++++ MATERIAL SHOWN ++++

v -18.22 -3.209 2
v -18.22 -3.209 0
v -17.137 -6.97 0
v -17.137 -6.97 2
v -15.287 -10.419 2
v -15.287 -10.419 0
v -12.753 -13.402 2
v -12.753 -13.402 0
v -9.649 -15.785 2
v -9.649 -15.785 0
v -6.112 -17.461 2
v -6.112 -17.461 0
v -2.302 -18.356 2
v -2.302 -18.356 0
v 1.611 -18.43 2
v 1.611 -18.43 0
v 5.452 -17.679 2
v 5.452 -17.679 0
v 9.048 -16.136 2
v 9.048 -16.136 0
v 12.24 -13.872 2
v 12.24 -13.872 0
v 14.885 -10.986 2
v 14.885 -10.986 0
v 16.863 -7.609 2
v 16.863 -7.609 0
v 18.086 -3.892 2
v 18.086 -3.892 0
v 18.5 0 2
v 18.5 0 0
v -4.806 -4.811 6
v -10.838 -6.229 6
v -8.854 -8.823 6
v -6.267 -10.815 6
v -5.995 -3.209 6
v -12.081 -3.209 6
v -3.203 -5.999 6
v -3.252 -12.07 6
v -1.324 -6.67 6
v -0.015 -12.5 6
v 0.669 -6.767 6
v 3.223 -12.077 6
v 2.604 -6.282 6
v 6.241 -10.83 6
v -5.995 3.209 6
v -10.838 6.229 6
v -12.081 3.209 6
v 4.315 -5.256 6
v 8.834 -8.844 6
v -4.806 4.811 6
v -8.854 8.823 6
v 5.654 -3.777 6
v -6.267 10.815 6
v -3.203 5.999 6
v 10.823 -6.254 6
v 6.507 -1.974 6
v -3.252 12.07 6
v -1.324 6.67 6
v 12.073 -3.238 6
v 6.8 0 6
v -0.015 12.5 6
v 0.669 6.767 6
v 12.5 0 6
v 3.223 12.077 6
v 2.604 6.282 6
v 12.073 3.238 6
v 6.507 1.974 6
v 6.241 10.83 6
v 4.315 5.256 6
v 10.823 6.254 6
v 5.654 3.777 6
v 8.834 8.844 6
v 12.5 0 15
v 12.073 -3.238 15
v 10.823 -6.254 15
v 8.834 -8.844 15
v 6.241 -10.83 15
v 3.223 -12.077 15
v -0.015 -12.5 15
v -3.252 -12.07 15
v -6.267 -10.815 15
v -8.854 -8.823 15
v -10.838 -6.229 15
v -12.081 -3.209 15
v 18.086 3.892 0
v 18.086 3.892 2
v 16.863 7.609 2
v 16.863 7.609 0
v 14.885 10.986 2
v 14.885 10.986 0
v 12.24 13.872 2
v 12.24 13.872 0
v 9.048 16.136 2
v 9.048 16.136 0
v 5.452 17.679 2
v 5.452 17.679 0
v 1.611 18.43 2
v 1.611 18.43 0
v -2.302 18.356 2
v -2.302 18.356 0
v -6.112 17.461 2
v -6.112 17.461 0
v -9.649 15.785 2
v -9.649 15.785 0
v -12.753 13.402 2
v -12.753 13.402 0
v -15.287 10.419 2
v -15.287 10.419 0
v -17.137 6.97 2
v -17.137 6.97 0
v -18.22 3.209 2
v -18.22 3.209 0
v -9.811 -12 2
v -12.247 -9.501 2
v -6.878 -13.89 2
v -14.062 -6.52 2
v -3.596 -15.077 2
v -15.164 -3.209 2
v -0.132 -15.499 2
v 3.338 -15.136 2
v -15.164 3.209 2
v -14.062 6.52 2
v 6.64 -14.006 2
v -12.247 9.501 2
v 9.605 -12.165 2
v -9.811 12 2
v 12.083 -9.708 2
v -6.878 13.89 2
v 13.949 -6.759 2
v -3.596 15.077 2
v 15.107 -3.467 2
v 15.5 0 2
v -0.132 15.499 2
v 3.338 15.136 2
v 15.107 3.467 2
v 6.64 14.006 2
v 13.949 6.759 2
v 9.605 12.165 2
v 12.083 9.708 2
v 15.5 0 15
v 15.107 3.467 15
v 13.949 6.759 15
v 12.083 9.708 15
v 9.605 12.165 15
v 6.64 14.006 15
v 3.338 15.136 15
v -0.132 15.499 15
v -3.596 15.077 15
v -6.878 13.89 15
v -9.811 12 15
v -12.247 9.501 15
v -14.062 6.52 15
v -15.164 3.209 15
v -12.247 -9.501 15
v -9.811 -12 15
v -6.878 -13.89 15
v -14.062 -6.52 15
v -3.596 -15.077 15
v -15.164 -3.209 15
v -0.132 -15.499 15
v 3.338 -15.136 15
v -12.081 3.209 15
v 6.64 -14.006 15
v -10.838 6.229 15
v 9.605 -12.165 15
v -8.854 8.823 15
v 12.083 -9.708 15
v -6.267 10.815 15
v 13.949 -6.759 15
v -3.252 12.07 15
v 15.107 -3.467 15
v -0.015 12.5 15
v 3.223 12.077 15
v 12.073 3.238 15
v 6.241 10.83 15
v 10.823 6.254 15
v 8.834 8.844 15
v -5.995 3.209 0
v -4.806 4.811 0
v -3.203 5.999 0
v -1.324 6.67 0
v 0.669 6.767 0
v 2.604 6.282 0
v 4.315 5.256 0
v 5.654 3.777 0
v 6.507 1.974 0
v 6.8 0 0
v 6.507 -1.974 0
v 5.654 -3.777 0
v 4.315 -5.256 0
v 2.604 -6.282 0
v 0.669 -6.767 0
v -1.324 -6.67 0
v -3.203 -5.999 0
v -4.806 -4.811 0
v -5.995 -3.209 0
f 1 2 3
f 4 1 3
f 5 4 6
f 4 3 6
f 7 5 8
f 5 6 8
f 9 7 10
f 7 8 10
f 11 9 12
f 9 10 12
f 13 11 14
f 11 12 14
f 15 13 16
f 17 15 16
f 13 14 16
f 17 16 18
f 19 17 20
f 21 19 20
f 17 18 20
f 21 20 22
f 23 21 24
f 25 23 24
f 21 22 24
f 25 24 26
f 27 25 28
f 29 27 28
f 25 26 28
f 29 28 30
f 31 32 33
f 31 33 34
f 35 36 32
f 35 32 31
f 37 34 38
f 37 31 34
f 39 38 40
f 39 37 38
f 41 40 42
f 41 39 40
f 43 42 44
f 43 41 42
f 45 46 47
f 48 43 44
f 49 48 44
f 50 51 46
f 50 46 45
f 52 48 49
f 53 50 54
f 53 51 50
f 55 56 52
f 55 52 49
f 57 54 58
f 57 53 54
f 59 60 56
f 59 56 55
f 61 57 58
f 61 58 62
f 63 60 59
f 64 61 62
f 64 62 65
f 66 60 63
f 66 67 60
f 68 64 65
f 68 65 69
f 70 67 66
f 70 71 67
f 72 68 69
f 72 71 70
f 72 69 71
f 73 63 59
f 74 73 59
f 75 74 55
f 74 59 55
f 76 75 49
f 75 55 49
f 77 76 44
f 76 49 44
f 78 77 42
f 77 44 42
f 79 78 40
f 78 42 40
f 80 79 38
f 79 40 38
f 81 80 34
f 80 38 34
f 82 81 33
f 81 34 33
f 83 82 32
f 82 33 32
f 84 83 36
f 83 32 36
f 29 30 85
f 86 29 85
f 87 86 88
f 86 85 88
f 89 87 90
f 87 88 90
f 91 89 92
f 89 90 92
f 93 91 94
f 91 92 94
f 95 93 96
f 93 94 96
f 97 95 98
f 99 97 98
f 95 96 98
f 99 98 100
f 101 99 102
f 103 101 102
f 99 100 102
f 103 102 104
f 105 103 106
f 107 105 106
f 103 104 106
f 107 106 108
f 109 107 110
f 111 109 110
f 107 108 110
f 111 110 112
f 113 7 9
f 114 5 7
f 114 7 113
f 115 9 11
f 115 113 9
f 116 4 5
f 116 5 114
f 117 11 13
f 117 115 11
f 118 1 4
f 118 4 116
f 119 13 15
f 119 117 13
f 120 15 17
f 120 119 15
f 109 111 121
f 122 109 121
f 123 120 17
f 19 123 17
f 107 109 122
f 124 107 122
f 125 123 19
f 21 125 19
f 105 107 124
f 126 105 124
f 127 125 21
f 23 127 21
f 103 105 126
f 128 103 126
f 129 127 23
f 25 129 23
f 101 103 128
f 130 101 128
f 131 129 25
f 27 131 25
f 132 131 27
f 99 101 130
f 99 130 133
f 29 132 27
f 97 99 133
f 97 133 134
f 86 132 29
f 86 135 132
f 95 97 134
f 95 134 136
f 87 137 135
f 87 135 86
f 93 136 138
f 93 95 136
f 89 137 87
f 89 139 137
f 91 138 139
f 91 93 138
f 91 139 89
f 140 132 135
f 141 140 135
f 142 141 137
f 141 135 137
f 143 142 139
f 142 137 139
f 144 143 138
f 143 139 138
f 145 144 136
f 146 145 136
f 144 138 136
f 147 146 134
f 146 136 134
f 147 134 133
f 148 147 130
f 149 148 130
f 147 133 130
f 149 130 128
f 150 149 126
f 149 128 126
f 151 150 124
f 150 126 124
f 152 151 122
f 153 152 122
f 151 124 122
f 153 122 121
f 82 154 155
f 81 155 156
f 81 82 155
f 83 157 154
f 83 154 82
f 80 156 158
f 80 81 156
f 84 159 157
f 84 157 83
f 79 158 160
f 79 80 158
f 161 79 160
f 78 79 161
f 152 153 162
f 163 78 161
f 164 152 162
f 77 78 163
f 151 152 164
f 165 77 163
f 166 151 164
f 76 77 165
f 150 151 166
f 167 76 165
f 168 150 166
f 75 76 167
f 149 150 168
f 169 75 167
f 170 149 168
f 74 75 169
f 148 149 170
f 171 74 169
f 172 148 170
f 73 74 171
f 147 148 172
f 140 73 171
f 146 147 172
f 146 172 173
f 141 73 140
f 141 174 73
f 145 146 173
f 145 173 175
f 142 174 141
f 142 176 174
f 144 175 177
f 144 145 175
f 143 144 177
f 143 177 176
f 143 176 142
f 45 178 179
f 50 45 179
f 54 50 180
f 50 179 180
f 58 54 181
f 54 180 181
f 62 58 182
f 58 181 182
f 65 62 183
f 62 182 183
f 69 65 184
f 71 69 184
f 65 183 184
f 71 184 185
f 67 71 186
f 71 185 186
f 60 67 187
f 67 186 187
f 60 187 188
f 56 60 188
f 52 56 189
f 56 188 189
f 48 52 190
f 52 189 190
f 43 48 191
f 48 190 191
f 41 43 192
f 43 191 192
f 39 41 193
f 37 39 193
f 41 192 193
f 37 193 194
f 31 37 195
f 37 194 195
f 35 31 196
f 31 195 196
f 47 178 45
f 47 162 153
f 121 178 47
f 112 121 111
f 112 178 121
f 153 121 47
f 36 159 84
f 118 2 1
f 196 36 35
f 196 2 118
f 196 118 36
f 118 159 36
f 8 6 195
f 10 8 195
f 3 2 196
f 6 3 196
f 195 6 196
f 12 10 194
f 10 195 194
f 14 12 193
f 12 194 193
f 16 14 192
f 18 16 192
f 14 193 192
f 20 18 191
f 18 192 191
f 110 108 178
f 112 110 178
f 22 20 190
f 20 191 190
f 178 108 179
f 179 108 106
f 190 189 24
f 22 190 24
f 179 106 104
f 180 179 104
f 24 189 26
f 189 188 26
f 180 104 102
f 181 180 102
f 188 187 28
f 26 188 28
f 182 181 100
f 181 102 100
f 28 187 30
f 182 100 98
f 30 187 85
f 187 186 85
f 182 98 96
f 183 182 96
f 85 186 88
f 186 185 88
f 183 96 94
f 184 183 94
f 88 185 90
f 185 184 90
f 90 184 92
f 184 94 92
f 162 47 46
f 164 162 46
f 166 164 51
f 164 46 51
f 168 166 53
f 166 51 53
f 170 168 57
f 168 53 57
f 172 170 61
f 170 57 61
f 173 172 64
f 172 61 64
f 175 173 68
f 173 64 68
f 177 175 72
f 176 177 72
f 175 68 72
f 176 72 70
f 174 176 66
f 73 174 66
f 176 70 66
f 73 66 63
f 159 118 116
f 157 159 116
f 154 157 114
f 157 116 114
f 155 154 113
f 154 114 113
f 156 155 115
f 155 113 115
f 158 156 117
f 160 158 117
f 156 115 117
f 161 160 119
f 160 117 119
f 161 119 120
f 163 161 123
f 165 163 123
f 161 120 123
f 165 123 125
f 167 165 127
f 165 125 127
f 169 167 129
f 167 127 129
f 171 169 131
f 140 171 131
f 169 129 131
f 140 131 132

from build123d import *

# Parameters (mm, degrees)
F1_DEPTH = 2
F2_DEPTH = 15
F3_DEPTH = 6
F4_DEPTH = 23.4


with BuildPart() as f1:
    # F0 (on Top) → F1 (new body)
    with BuildSketch(Plane.XY):
        with BuildLine():
            ThreePointArc((-15.1641591538, -3.2090928871), (-15.5, 0), (-15.1641591538, 3.2090928871))
            Line((-15.1641591538, 3.2090928871), (-18.2195423335, 3.2090928871))
            ThreePointArc((-18.2195423335, 3.2090928871), (-18.5, 0), (-18.2195423335, -3.2090928871))
            Line((-18.2195423335, -3.2090928871), (-15.1641591538, -3.2090928871))
        make_face()
        with BuildLine():
            Line((-18.2195423335, 3.2090928871), (-15.1641591538, 3.2090928871))
            ThreePointArc((-15.1641591538, 3.2090928871), (1.6133091948, 15.415811151), (15.5, 0))
            ThreePointArc((15.5, 0), (1.6133091948, -15.415811151), (-15.1641591538, -3.2090928871))
            Line((-15.1641591538, -3.2090928871), (-18.2195423335, -3.2090928871))
            ThreePointArc((-18.2195423335, -3.2090928871), (1.610662415, -18.4297522117), (18.5, 0))
            ThreePointArc((18.5, 0), (1.610662415, 18.4297522117), (-18.2195423335, 3.2090928871))
        make_face()
    extrude(amount=F1_DEPTH)

    # F0 (on Top) → F2 (join)
    with BuildSketch(Plane.XY):
        with BuildLine():
            ThreePointArc((-12.0810480854, -3.2090928871), (-12.5, 0), (-12.0810480854, 3.2090928871))
            Line((-12.0810480854, 3.2090928871), (-15.1641591538, 3.2090928871))
            ThreePointArc((-15.1641591538, 3.2090928871), (-15.5, 0), (-15.1641591538, -3.2090928871))
            Line((-15.1641591538, -3.2090928871), (-12.0810480854, -3.2090928871))
        make_face()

++++

» **ACTION ITEM**: Above are the records; repeat exactly the lines from the one holding "f 164 46 51" down to the one holding "f 140 131 132", end lines included.

» **TASK OUTPUT**:
f 164 46 51
f 168 166 53
f 166 51 53
f 170 168 57
f 168 53 57
f 172 170 61
f 170 57 61
f 173 172 64
f 172 61 64
f 175 173 68
f 173 64 68
f 177 175 72
f 176 177 72
f 175 68 72
f 176 72 70
f 174 176 66
f 73 174 66
f 176 70 66
f 73 66 63
f 159 118 116
f 157 159 116
f 154 157 114
f 157 116 114
f 155 154 113
f 154 114 113
f 156 155 115
f 155 113 115
f 158 156 117
f 160 158 117
f 156 115 117
f 161 160 119
f 160 117 119
f 161 119 120
f 163 161 123
f 165 163 123
f 161 120 123
f 165 123 125
f 167 165 127
f 165 125 127
f 169 167 129
f 167 127 129
f 171 169 131
f 140 171 131
f 169 129 131
f 140 131 132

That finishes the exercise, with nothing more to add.